»»
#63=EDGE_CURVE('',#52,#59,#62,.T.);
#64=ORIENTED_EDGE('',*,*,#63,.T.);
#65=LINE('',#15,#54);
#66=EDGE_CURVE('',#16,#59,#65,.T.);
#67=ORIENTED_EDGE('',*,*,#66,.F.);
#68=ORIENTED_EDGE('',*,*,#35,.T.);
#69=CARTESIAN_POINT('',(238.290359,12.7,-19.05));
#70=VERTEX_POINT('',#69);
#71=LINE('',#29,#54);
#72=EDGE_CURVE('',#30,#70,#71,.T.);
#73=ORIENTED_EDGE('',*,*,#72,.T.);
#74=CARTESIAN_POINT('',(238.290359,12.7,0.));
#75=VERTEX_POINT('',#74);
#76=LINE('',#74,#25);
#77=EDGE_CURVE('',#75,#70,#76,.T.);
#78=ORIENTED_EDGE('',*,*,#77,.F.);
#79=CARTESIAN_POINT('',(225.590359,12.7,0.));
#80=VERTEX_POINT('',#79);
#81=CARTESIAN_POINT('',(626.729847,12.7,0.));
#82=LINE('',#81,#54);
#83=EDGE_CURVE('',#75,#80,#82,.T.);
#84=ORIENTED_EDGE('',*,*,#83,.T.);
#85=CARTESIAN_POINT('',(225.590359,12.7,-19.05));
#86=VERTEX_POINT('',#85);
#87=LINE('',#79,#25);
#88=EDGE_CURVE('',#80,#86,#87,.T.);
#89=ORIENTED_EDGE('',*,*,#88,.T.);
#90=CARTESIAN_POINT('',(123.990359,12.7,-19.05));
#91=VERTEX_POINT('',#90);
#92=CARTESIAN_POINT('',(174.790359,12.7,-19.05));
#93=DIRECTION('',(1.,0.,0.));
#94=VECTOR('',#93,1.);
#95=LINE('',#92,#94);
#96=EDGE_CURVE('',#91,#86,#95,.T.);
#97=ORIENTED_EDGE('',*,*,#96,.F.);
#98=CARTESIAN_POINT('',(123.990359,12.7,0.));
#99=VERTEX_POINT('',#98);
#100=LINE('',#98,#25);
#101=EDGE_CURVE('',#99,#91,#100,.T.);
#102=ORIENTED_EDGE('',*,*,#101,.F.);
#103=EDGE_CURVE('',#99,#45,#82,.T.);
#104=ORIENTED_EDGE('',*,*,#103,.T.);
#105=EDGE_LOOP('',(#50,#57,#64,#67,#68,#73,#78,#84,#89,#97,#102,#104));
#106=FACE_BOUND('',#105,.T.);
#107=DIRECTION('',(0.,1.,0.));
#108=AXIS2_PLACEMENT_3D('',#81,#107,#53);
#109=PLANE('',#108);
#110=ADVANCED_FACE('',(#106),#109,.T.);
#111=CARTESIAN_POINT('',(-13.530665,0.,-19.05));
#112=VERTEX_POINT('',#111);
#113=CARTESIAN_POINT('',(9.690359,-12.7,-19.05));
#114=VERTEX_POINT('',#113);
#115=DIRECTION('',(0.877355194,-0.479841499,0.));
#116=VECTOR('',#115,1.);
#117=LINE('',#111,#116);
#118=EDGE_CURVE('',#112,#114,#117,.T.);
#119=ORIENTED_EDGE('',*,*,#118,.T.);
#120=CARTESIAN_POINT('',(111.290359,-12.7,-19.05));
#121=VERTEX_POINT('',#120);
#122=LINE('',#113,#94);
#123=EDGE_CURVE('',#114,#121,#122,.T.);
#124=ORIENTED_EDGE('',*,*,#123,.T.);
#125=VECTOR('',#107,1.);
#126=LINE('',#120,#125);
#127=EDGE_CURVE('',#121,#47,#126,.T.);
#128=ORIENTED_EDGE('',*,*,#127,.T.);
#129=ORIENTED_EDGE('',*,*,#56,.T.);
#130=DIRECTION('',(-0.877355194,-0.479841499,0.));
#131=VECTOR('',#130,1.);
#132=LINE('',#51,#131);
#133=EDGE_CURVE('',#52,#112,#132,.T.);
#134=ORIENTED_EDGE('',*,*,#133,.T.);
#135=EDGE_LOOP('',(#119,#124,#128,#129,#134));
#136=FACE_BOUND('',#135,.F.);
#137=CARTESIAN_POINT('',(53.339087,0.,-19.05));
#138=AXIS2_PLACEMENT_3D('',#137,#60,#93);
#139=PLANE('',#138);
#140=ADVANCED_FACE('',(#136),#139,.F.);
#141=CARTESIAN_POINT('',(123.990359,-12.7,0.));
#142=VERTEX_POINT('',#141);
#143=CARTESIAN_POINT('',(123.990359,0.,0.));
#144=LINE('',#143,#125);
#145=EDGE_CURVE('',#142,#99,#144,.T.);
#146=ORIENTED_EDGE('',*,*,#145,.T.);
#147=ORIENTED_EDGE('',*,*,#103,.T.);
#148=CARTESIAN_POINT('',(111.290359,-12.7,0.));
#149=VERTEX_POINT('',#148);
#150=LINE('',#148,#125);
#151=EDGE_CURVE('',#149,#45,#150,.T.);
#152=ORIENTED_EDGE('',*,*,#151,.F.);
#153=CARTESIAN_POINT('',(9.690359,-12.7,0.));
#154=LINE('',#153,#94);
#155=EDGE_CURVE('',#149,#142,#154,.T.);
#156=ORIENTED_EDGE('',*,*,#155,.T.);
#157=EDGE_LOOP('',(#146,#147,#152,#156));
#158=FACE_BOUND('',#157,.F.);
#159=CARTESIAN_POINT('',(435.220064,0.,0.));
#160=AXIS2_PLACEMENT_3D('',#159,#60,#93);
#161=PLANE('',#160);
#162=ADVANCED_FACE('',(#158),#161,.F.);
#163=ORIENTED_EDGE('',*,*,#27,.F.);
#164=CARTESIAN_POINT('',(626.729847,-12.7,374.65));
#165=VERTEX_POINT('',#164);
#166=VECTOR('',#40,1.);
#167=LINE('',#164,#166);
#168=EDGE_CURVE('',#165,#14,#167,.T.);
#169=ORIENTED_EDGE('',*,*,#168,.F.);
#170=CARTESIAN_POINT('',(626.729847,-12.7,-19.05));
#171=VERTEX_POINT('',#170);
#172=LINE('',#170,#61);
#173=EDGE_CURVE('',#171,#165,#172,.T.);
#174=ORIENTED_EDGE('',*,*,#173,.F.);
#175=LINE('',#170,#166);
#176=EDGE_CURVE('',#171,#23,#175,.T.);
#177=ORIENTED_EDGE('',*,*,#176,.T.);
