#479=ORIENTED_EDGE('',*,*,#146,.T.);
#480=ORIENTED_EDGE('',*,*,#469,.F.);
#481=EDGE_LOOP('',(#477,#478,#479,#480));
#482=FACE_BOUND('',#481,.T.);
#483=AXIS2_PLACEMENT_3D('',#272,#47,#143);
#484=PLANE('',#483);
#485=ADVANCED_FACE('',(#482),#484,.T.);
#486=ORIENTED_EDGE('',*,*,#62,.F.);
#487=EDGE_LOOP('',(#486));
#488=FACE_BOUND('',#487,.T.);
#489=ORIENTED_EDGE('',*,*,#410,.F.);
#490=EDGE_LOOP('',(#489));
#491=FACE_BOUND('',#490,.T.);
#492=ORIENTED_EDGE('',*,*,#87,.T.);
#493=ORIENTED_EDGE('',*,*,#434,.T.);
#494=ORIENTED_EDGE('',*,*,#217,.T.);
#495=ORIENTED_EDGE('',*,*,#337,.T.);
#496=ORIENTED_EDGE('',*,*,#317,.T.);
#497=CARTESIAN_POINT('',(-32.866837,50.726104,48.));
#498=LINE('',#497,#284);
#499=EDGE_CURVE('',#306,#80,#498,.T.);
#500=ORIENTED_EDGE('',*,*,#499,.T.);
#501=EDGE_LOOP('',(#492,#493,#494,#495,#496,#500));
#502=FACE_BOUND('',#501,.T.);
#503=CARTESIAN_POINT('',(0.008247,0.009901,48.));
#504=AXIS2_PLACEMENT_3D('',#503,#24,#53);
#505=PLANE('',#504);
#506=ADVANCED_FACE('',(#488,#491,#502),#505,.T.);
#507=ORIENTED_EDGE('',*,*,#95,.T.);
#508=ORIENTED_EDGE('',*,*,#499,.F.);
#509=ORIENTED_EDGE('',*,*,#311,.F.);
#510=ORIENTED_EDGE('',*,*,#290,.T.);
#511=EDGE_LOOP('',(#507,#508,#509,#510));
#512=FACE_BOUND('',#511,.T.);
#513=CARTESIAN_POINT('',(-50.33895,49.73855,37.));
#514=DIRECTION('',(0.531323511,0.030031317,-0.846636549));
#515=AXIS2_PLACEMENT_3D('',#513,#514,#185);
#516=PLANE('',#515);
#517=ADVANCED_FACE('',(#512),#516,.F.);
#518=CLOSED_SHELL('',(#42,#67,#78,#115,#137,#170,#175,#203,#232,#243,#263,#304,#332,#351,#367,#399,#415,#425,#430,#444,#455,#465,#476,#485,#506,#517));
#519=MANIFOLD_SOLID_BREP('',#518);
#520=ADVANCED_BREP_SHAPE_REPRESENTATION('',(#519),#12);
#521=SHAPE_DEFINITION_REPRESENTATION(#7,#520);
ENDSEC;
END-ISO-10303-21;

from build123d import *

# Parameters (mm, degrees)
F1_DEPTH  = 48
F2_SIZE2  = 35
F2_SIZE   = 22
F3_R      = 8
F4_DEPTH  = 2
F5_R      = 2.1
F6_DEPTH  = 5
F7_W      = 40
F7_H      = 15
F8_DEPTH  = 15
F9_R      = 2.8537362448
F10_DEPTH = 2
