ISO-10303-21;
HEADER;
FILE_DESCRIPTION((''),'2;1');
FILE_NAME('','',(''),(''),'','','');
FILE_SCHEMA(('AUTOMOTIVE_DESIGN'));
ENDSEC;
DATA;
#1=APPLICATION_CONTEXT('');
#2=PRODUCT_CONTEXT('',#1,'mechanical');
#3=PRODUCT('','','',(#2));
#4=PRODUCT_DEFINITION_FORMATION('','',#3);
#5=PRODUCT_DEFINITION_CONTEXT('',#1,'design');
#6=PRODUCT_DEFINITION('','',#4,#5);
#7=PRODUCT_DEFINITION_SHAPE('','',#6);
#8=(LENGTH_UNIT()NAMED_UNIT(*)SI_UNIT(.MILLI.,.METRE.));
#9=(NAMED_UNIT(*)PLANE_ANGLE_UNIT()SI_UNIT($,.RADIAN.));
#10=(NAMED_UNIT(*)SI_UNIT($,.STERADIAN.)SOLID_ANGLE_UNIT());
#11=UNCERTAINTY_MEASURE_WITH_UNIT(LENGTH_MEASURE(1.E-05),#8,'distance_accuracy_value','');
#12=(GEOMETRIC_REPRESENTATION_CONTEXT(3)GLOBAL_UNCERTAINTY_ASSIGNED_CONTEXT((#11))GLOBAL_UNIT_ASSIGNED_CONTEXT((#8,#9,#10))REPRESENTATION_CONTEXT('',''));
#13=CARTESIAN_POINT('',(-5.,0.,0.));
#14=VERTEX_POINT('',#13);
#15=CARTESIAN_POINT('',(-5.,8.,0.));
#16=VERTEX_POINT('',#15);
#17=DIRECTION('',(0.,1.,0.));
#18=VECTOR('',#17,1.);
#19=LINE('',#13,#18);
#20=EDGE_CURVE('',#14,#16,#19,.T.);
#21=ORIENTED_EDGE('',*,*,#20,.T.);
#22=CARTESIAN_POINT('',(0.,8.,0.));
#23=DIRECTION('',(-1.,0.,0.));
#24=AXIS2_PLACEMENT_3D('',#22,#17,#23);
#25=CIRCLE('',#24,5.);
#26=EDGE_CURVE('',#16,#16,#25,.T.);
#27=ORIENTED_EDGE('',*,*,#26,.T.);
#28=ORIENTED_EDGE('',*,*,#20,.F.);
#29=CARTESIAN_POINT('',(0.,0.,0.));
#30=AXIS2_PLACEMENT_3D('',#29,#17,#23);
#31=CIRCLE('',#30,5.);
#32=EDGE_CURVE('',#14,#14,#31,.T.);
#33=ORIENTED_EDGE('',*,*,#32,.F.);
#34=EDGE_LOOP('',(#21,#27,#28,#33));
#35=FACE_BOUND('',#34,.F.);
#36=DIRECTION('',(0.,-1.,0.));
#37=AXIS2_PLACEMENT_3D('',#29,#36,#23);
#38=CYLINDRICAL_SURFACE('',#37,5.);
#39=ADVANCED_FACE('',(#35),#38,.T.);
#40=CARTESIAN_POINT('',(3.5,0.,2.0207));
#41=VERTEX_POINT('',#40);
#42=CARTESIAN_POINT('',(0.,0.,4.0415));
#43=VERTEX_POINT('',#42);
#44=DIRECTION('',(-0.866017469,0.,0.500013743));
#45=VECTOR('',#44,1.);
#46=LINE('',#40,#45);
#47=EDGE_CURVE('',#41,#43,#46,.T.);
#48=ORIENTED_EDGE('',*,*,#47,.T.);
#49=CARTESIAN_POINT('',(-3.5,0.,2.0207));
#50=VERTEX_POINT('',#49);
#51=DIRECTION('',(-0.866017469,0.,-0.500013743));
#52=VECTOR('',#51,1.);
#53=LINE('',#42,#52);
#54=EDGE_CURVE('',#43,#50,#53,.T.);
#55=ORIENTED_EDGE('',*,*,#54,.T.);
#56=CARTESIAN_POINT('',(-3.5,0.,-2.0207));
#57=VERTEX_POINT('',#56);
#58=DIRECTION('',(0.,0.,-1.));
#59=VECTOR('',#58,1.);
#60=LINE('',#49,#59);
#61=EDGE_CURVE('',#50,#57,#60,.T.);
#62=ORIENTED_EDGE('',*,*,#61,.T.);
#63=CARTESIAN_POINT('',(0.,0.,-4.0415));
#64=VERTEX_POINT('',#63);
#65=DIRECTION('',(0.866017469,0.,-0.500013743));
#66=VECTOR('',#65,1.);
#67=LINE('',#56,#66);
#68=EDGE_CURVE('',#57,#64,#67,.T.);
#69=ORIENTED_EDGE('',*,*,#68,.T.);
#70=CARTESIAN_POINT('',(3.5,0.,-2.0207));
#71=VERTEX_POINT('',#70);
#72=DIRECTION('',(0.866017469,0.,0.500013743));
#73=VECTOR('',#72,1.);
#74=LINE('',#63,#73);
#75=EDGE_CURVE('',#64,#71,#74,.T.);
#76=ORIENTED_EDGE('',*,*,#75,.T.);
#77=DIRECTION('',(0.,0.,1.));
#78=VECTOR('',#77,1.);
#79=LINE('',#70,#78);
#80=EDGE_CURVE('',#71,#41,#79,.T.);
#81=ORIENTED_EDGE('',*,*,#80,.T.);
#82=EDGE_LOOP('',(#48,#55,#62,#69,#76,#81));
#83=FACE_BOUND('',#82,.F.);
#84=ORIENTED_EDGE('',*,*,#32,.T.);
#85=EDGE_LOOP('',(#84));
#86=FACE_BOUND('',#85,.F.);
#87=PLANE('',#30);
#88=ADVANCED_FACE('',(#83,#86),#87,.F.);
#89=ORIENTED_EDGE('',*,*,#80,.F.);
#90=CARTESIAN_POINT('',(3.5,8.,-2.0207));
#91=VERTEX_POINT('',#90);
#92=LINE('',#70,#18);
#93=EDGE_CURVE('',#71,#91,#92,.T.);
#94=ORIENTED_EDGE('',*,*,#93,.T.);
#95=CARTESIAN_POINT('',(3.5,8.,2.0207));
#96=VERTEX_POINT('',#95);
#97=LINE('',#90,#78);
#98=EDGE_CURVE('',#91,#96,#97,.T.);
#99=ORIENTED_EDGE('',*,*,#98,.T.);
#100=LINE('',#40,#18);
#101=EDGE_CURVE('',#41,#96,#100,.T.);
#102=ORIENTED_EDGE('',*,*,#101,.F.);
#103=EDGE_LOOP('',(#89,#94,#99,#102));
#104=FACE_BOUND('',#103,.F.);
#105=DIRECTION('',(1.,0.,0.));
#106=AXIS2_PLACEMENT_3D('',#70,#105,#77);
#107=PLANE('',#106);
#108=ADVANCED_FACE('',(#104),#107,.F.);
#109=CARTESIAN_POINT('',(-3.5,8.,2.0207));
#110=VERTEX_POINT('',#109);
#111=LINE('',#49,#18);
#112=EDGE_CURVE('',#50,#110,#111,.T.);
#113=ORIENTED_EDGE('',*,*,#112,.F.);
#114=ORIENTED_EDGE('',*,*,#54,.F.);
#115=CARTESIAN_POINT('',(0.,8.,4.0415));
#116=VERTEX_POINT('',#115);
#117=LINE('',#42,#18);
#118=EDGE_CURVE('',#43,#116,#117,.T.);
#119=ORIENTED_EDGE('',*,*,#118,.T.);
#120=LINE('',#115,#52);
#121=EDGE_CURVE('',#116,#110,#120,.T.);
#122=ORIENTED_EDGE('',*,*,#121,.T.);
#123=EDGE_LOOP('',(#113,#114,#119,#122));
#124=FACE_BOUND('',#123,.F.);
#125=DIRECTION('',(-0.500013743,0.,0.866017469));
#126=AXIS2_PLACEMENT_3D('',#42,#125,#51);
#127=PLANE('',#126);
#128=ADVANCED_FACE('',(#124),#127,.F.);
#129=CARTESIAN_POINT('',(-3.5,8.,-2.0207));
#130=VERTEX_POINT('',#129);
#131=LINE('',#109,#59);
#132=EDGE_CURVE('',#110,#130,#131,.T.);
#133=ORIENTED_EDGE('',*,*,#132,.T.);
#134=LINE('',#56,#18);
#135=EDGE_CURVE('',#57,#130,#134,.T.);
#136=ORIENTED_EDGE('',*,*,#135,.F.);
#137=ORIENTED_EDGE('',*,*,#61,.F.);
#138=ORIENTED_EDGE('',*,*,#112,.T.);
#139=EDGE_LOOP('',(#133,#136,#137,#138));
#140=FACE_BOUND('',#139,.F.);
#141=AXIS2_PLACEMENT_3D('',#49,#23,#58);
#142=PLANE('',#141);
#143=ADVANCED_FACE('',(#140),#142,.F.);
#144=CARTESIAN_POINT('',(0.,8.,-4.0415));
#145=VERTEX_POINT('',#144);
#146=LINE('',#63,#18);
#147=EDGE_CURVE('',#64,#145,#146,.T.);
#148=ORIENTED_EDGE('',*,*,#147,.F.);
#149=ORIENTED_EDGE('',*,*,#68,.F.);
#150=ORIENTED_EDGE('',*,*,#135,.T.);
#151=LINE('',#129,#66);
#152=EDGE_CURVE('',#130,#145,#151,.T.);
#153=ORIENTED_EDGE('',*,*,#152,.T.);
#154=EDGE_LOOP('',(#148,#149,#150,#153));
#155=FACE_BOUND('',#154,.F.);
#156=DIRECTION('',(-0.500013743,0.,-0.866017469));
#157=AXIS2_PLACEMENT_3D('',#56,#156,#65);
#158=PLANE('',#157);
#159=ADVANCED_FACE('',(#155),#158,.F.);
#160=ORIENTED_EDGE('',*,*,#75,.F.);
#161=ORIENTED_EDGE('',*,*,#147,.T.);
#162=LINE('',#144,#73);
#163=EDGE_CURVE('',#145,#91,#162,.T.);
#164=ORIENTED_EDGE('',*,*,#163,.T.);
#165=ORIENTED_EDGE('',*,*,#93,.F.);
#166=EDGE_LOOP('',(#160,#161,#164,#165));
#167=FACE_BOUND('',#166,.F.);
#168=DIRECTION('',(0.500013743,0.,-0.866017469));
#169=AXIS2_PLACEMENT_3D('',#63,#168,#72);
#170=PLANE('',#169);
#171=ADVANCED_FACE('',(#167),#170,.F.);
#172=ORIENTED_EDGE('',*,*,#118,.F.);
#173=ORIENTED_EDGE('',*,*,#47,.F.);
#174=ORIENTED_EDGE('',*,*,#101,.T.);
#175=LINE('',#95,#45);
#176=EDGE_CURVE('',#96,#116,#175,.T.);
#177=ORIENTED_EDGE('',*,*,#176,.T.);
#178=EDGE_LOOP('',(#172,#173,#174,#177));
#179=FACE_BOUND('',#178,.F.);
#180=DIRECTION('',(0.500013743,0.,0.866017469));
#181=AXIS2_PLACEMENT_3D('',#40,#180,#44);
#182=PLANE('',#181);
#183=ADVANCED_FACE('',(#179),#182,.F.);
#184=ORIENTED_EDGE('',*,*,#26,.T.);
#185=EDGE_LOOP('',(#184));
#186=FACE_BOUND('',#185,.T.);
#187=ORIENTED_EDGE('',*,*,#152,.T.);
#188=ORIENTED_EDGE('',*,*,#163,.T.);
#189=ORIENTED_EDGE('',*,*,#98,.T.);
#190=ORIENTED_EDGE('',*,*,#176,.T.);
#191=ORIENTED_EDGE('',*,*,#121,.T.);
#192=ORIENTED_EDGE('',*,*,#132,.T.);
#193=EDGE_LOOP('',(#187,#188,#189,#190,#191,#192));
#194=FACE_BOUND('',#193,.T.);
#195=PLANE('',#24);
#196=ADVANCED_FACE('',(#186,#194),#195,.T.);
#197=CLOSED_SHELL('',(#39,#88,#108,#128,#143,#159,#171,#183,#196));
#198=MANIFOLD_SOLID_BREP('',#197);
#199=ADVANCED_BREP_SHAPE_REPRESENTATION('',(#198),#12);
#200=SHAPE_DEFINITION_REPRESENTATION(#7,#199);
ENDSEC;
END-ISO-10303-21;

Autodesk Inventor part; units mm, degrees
ref_plane "YZ Plane" through (0, 0, 0) normal (1, 0, 0) x (0, 1, 0)
ref_plane "XZ Plane" through (0, 0, 0) normal (0, 1, 0) x (-1, 0, 0)
ref_plane "XY Plane" through (0, 0, 0) normal (0, 0, 1) x (1, 0, 0)
sketch "Sketch1" plane through (0, 0, 0) normal (0, 1, 0) x (-1, 0, 0)
  circle A0 centre (0, 0) radius 3.5 construction
  circle A1 centre (0, 0) radius 5
  line L0 (3.5, -2.0207) -> (0, -4.0415)
  line L1 (0, -4.0415) -> (-3.5, -2.0207)
  line L2 (-3.5, -2.0207) -> (-3.5, 2.0207)
  line L3 (-3.5, 2.0207) -> (0, 4.0415)
  line L4 (0, 4.0415) -> (3.5, 2.0207)
  line L5 (3.5, 2.0207) -> (3.5, -2.0207)
  point P0 (3.5, 0)
  dimension "d0" = 7
  dimension "d1" = 10
extrude "Extrusion1" add sketch "Sketch1" along normal blind 8
properties part number "8mm Rex Spacer"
««
■ Prompt: Everything from the line with "#107=DIRECTION('',(0.,1.,0.));" through the line with "#129=ORIENTED_EDGE('',*,*,#56,.T.);" should be written out exactly as it appears above, end lines included, and nothing outside that range.

■ Problem solution:
#107=DIRECTION('',(0.,1.,0.));
#108=AXIS2_PLACEMENT_3D('',#81,#107,#53);
#109=PLANE('',#108);
#110=ADVANCED_FACE('',(#106),#109,.T.);
#111=CARTESIAN_POINT('',(-13.530665,0.,-19.05));
#112=VERTEX_POINT('',#111);
#113=CARTESIAN_POINT('',(9.690359,-12.7,-19.05));
#114=VERTEX_POINT('',#113);
#115=DIRECTION('',(0.877355194,-0.479841499,0.));
#116=VECTOR('',#115,1.);
#117=LINE('',#111,#116);
#118=EDGE_CURVE('',#112,#114,#117,.T.);
#119=ORIENTED_EDGE('',*,*,#118,.T.);
#120=CARTESIAN_POINT('',(111.290359,-12.7,-19.05));
#121=VERTEX_POINT('',#120);
#122=LINE('',#113,#94);
#123=EDGE_CURVE('',#114,#121,#122,.T.);
#124=ORIENTED_EDGE('',*,*,#123,.T.);
#125=VECTOR('',#107,1.);
#126=LINE('',#120,#125);
#127=EDGE_CURVE('',#121,#47,#126,.T.);
#128=ORIENTED_EDGE('',*,*,#127,.T.);
#129=ORIENTED_EDGE('',*,*,#56,.T.);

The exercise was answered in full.